| What the exercise asks |
As the answer, set down the lines below from the one containing "e49 v7 v44 CIRCLE(AX(P(-25.5,-14,3.175),D(0,0,1),D(1,0,0)),4)" through the one containing "e69 v55 v35 LINE", exactly and inclusively, and no others.

| Records for processing |
● ● ● ● ● ● ●

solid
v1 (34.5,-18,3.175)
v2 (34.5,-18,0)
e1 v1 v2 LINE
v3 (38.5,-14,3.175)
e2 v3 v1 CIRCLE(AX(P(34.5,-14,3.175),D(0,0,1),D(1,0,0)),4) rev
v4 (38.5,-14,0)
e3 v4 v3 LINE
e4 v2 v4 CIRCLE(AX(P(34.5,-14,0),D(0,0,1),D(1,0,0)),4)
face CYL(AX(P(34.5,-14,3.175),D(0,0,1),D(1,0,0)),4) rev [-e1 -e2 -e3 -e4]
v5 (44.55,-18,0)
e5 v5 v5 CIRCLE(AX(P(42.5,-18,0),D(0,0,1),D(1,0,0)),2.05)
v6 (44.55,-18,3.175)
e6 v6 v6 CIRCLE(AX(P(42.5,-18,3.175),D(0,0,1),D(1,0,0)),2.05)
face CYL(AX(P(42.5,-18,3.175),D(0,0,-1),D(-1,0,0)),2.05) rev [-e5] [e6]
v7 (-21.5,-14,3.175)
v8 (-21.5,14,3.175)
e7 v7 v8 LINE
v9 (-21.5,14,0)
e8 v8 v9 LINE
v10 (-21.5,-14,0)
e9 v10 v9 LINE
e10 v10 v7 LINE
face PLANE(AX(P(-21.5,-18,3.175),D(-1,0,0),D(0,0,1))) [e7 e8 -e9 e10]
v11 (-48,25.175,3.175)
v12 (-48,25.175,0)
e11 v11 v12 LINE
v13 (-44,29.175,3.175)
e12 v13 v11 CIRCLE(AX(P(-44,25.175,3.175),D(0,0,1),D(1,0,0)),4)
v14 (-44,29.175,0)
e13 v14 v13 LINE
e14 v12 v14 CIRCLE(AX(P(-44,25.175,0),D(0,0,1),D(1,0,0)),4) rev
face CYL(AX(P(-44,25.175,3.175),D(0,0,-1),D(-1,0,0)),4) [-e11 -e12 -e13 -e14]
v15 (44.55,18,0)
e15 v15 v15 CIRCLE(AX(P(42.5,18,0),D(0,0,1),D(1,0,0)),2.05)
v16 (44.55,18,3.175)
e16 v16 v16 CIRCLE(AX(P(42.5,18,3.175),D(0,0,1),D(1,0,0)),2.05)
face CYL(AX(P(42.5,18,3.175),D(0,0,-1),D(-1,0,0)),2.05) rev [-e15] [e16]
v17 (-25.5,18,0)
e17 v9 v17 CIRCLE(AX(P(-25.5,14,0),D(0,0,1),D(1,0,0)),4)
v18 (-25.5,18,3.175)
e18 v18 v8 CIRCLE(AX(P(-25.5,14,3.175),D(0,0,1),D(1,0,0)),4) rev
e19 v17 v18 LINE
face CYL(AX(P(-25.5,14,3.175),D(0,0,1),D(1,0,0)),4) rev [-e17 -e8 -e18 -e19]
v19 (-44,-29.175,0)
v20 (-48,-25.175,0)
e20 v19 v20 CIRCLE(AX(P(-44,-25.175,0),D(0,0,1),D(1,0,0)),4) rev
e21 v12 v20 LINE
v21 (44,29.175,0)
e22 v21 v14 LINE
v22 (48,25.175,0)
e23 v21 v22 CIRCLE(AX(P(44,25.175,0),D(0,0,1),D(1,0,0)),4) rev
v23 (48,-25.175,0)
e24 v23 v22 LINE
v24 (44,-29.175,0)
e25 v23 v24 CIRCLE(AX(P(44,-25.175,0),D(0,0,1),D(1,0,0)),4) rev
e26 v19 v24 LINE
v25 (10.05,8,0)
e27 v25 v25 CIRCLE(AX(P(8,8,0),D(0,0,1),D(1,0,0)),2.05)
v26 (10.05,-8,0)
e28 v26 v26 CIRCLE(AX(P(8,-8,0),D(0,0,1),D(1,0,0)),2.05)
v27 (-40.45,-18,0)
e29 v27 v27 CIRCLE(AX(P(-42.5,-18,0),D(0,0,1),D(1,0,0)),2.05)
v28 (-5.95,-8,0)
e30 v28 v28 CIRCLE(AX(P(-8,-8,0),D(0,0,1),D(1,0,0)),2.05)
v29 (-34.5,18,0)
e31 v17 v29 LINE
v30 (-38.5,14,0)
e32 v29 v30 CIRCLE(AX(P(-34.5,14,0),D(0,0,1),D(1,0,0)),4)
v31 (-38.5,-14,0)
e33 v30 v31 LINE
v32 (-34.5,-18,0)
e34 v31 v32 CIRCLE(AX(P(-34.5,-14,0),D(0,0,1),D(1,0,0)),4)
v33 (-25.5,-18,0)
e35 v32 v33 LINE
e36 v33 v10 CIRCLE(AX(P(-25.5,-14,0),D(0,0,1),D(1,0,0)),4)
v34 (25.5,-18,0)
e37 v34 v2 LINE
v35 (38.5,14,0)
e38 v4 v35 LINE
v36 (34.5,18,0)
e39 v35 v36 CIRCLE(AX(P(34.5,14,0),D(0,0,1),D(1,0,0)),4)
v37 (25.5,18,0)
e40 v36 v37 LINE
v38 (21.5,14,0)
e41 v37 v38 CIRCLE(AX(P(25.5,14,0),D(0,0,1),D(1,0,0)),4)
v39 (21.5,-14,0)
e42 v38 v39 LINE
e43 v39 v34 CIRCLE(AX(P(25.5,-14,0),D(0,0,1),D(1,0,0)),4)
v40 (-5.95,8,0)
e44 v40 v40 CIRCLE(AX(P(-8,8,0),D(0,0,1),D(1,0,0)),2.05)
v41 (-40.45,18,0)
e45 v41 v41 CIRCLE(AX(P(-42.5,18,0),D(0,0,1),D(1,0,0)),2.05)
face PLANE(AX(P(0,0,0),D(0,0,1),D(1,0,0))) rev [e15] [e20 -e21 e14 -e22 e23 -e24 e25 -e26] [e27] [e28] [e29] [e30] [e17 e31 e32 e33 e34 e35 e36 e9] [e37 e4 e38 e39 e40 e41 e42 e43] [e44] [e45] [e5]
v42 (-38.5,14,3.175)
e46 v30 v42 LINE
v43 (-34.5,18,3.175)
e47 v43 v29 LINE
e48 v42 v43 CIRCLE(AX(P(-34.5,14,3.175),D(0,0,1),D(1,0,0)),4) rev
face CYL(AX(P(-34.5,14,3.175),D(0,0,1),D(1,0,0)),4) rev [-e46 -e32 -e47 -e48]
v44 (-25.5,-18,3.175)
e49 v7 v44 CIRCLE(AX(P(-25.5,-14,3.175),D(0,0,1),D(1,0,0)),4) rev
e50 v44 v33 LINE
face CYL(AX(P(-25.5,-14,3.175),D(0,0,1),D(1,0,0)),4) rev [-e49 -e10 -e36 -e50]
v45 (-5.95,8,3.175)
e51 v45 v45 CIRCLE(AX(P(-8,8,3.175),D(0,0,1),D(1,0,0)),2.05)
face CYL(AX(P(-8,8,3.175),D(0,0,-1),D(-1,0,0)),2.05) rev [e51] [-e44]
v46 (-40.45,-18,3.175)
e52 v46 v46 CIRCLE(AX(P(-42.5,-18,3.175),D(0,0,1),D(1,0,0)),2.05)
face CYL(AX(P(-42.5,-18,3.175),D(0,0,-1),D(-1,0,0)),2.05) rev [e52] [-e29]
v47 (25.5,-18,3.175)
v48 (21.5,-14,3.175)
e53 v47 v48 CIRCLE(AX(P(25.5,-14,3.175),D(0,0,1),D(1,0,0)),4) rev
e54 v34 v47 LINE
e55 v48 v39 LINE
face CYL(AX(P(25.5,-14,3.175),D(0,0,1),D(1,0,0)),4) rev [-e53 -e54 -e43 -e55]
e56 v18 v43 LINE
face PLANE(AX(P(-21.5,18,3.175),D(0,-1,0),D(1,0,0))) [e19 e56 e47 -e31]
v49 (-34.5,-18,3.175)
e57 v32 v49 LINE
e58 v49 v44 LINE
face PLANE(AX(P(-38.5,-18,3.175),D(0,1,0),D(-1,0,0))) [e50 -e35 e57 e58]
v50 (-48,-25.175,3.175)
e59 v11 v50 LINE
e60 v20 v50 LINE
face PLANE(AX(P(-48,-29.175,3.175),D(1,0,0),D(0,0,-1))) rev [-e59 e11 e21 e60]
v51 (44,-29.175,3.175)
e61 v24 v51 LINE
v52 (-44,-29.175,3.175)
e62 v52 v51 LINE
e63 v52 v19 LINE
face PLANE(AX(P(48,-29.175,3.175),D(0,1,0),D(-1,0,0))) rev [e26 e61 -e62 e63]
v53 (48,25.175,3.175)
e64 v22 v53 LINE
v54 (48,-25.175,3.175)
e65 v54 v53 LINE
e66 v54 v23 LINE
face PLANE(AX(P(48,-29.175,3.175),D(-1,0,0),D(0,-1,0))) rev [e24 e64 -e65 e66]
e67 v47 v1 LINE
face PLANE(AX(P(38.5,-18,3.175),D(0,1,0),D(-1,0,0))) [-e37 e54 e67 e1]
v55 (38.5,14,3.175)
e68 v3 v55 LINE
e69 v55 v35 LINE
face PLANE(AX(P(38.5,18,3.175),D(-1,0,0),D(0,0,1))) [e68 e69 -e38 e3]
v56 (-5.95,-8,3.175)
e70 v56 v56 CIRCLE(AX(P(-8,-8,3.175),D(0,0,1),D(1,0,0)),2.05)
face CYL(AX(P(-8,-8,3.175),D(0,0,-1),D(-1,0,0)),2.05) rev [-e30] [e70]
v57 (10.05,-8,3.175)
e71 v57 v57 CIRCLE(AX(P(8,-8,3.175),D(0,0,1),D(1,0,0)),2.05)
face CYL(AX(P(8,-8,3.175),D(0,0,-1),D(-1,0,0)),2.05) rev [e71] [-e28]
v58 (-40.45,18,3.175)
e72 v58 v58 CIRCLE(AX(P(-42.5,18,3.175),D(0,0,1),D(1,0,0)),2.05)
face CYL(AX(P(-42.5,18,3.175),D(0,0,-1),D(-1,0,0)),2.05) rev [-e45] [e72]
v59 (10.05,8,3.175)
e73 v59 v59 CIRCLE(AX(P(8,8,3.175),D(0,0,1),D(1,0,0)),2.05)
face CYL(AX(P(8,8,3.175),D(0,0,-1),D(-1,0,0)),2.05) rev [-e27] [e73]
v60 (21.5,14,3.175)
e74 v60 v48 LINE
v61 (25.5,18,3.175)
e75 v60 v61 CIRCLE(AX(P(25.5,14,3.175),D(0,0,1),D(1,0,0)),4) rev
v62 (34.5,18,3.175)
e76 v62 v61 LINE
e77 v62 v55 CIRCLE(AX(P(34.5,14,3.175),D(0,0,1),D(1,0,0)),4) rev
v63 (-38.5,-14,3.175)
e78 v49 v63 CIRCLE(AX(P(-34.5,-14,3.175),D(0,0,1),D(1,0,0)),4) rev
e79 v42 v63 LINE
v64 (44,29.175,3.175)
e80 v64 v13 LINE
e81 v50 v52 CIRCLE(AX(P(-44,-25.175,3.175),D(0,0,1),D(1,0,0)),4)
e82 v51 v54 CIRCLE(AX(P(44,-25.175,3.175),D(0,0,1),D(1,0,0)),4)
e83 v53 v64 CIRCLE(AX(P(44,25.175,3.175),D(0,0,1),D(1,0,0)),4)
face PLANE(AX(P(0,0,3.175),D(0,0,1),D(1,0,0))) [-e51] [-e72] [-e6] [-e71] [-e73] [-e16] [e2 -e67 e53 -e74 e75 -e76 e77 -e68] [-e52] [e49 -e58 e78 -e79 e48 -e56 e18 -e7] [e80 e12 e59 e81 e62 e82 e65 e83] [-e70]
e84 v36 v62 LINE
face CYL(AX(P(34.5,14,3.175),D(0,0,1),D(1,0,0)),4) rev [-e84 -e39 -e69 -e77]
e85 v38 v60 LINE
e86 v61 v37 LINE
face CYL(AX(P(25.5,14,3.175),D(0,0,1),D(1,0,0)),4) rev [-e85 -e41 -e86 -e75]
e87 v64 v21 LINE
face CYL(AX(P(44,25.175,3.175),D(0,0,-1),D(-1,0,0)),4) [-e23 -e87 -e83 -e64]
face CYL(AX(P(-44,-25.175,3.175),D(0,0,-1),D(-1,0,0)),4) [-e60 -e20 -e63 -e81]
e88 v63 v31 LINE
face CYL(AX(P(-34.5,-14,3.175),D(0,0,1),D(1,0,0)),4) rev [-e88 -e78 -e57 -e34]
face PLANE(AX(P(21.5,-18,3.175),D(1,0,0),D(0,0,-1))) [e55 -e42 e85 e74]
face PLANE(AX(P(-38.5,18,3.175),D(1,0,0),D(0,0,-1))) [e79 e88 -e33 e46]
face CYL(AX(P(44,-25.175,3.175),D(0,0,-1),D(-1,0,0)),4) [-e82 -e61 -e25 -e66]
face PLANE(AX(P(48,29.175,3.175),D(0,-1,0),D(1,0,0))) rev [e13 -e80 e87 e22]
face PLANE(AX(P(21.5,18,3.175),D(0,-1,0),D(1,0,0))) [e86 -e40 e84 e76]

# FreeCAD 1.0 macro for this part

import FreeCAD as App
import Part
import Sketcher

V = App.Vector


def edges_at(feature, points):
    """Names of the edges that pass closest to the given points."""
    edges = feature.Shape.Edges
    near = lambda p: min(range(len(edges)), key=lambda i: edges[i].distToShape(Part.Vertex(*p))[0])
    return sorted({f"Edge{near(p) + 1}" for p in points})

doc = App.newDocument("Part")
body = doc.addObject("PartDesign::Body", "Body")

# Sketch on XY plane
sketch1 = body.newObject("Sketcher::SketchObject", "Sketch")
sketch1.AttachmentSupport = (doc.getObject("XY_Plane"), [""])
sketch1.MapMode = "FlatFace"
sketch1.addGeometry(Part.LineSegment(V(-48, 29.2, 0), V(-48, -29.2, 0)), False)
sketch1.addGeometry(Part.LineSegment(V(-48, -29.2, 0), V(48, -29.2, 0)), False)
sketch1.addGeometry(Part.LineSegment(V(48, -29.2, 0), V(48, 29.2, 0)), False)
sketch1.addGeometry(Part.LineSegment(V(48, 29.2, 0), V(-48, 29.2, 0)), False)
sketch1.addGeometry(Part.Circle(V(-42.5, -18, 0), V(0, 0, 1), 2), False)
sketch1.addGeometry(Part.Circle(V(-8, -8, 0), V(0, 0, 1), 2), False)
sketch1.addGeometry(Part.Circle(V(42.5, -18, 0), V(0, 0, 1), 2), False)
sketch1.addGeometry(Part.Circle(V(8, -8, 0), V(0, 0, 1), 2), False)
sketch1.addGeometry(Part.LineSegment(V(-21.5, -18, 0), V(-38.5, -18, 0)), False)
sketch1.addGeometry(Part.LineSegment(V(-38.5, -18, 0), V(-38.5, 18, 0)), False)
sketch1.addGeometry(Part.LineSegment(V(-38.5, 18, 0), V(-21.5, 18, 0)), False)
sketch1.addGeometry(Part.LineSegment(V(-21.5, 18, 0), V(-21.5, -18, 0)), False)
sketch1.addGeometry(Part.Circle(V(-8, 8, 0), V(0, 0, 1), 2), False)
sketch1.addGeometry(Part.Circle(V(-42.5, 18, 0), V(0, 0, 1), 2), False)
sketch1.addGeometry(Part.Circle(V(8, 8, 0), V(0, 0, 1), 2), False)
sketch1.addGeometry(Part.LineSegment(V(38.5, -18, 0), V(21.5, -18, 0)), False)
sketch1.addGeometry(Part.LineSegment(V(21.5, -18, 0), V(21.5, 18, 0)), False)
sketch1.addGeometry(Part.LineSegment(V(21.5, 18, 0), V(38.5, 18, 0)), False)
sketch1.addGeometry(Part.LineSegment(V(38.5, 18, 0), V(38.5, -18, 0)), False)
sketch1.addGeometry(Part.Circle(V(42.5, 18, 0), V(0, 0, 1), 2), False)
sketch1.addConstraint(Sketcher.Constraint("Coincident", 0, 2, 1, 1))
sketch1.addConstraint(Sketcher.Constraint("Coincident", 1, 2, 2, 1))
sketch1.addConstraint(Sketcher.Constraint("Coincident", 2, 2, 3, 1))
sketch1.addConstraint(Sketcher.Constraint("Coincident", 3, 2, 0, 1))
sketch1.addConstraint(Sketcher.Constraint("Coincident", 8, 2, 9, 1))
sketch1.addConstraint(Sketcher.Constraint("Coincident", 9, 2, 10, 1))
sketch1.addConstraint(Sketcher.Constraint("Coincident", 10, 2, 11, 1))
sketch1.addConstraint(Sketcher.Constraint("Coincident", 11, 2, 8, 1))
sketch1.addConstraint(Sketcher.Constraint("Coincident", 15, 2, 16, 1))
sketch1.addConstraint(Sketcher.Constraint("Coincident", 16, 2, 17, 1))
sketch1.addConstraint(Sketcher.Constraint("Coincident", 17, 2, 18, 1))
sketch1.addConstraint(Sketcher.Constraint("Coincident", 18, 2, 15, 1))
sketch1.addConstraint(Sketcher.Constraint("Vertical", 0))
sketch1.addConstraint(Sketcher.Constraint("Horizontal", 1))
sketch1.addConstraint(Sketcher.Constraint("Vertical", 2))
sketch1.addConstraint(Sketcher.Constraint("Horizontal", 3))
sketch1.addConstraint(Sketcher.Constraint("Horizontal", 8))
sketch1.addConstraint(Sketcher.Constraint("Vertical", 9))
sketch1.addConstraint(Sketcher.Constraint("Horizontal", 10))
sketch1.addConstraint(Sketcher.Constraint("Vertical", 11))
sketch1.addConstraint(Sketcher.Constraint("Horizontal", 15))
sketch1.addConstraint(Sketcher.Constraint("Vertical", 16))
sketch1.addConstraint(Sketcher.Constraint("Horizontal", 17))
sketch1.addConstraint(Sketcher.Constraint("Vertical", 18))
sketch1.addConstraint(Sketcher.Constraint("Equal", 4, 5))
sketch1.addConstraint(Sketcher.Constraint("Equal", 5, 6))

● ● ● ● ● ● ●

| Problem solution |
e49 v7 v44 CIRCLE(AX(P(-25.5,-14,3.175),D(0,0,1),D(1,0,0)),4) rev
e50 v44 v33 LINE
face CYL(AX(P(-25.5,-14,3.175),D(0,0,1),D(1,0,0)),4) rev [-e49 -e10 -e36 -e50]
v45 (-5.95,8,3.175)
e51 v45 v45 CIRCLE(AX(P(-8,8,3.175),D(0,0,1),D(1,0,0)),2.05)
face CYL(AX(P(-8,8,3.175),D(0,0,-1),D(-1,0,0)),2.05) rev [e51] [-e44]
v46 (-40.45,-18,3.175)
e52 v46 v46 CIRCLE(AX(P(-42.5,-18,3.175),D(0,0,1),D(1,0,0)),2.05)
face CYL(AX(P(-42.5,-18,3.175),D(0,0,-1),D(-1,0,0)),2.05) rev [e52] [-e29]
v47 (25.5,-18,3.175)
v48 (21.5,-14,3.175)
e53 v47 v48 CIRCLE(AX(P(25.5,-14,3.175),D(0,0,1),D(1,0,0)),4) rev
e54 v34 v47 LINE
e55 v48 v39 LINE
face CYL(AX(P(25.5,-14,3.175),D(0,0,1),D(1,0,0)),4) rev [-e53 -e54 -e43 -e55]
e56 v18 v43 LINE
face PLANE(AX(P(-21.5,18,3.175),D(0,-1,0),D(1,0,0))) [e19 e56 e47 -e31]
v49 (-34.5,-18,3.175)
e57 v32 v49 LINE
e58 v49 v44 LINE
face PLANE(AX(P(-38.5,-18,3.175),D(0,1,0),D(-1,0,0))) [e50 -e35 e57 e58]
v50 (-48,-25.175,3.175)
e59 v11 v50 LINE
e60 v20 v50 LINE
face PLANE(AX(P(-48,-29.175,3.175),D(1,0,0),D(0,0,-1))) rev [-e59 e11 e21 e60]
v51 (44,-29.175,3.175)
e61 v24 v51 LINE
v52 (-44,-29.175,3.175)
e62 v52 v51 LINE
e63 v52 v19 LINE
face PLANE(AX(P(48,-29.175,3.175),D(0,1,0),D(-1,0,0))) rev [e26 e61 -e62 e63]
v53 (48,25.175,3.175)
e64 v22 v53 LINE
v54 (48,-25.175,3.175)
e65 v54 v53 LINE
e66 v54 v23 LINE
face PLANE(AX(P(48,-29.175,3.175),D(-1,0,0),D(0,-1,0))) rev [e24 e64 -e65 e66]
e67 v47 v1 LINE
face PLANE(AX(P(38.5,-18,3.175),D(0,1,0),D(-1,0,0))) [-e37 e54 e67 e1]
v55 (38.5,14,3.175)
e68 v3 v55 LINE
e69 v55 v35 LINE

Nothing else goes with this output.